EXERCISE DIRECTIONS: Exactly the lines below from the one with "0) x (-1, 0, 0)" up to and including the one with "normal blind 8" make up the answer, with nothing else added.
——
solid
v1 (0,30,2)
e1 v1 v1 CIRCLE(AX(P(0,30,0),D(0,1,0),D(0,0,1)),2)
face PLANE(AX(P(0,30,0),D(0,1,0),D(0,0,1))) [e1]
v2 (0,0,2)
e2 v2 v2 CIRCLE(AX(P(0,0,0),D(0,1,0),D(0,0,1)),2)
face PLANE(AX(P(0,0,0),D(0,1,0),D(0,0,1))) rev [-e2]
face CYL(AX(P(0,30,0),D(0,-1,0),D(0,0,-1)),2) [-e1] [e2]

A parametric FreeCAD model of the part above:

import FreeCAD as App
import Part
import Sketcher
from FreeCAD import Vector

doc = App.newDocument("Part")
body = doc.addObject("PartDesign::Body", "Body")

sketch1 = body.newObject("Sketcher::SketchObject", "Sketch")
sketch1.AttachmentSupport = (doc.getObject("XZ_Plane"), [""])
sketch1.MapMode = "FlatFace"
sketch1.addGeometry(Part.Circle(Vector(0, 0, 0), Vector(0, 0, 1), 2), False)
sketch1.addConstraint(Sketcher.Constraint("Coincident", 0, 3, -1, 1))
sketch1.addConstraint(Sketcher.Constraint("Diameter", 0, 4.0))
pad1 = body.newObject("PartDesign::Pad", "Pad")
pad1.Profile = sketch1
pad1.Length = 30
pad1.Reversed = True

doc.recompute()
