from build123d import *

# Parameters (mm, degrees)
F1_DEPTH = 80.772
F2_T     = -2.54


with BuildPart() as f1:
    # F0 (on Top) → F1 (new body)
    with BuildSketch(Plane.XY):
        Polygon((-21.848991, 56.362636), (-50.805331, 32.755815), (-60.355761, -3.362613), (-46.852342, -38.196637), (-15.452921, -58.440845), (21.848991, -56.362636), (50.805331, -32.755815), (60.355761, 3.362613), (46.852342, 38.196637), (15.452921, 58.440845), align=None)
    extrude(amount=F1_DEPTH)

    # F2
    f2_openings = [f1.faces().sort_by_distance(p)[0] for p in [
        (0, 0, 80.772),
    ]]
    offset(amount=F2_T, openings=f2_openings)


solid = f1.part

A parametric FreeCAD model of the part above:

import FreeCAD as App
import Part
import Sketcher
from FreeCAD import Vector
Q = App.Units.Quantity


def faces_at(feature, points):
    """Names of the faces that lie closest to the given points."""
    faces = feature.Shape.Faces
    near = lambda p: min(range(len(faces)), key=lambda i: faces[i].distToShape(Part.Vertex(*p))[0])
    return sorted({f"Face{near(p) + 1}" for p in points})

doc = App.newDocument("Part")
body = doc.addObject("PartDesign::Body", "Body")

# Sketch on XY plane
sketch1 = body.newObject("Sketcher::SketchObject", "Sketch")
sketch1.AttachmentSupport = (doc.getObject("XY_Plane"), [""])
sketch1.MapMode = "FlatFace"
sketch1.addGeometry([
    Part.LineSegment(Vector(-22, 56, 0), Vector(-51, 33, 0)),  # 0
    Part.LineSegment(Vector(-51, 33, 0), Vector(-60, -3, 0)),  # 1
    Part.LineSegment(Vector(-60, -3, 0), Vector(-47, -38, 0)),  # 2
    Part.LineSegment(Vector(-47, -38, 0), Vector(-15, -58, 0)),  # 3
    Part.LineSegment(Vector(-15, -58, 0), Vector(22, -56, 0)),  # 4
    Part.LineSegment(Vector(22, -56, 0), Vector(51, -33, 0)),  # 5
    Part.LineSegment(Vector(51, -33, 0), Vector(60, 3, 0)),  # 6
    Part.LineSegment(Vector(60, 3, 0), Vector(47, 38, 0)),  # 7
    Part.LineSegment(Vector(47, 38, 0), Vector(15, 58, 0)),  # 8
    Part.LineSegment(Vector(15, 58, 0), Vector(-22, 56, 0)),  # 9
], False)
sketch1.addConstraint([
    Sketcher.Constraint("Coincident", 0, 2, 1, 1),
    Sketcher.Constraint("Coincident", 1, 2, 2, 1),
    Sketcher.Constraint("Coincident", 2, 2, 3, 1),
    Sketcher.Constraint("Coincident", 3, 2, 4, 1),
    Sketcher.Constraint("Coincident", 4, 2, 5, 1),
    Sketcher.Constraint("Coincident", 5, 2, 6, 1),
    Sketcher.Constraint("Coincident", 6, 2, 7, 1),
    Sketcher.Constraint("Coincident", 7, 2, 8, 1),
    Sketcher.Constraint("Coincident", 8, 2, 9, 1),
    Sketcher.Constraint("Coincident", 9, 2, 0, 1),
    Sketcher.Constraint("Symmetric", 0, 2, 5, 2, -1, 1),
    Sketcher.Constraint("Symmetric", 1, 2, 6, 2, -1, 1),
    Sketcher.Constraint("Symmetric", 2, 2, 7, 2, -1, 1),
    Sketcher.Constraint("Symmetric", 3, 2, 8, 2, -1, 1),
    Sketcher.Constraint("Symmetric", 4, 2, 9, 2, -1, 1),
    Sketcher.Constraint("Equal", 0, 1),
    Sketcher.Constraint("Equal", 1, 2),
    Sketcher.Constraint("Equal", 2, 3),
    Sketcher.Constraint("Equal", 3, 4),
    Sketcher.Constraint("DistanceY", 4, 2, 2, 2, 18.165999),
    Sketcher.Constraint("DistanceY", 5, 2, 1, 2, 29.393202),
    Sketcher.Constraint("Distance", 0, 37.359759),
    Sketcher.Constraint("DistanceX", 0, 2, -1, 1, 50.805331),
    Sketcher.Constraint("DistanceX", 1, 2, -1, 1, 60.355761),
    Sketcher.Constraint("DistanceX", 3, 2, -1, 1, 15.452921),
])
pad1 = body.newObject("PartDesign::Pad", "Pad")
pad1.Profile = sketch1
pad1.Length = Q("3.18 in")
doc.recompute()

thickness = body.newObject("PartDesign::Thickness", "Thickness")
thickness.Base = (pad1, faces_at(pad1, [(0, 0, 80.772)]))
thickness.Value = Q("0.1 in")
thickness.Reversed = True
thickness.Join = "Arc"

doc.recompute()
——
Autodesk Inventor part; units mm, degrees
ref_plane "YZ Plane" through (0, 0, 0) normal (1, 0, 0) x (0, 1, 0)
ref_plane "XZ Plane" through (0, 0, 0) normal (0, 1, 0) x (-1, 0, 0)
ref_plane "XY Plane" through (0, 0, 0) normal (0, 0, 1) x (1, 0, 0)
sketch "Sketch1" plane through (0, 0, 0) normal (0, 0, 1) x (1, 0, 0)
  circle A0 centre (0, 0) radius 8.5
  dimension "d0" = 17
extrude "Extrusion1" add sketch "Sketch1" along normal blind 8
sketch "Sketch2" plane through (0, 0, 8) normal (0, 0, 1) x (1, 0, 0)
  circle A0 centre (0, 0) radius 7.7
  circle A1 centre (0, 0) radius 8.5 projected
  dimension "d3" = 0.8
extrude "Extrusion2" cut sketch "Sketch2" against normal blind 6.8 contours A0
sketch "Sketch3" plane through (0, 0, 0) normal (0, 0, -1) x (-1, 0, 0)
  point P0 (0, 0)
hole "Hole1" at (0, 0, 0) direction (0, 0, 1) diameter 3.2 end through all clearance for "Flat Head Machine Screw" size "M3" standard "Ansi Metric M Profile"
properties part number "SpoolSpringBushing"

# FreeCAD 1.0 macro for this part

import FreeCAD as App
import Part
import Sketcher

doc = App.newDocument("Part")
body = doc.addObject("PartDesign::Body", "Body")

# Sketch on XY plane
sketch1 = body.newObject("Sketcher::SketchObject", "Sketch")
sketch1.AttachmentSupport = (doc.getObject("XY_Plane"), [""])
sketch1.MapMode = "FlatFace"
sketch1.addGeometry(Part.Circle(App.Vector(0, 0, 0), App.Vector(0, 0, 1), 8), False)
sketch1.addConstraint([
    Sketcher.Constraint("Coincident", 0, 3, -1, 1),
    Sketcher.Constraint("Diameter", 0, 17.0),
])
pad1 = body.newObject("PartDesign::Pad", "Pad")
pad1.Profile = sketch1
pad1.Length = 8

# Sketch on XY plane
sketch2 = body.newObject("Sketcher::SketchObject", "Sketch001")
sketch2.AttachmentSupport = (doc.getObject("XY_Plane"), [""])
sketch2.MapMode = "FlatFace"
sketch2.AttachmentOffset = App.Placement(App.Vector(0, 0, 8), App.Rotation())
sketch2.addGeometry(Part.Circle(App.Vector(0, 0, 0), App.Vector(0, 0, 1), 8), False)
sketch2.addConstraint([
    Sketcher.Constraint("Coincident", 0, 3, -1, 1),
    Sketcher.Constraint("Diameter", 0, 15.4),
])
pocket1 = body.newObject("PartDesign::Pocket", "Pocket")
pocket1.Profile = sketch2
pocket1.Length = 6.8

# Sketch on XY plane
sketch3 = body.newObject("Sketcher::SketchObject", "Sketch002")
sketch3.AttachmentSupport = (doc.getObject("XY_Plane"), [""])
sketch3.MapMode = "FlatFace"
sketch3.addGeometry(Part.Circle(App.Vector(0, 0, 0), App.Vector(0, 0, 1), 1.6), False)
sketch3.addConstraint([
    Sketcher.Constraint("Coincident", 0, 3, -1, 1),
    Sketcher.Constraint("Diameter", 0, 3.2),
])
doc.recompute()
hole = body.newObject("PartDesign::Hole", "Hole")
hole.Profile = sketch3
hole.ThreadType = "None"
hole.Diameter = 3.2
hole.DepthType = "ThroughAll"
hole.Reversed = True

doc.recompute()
——
WRITTEN ANSWER:
ref_plane "XZ Plane" through (0, 0, 0) normal (0, 1, 0) x (-1, 0, 0)
ref_plane "XY Plane" through (0, 0, 0) normal (0, 0, 1) x (1, 0, 0)
sketch "Sketch1" plane through (0, 0, 0) normal (0, 0, 1) x (1, 0, 0)
  circle A0 centre (0, 0) radius 8.5
  dimension "d0" = 17
extrude "Extrusion1" add sketch "Sketch1" along normal blind 8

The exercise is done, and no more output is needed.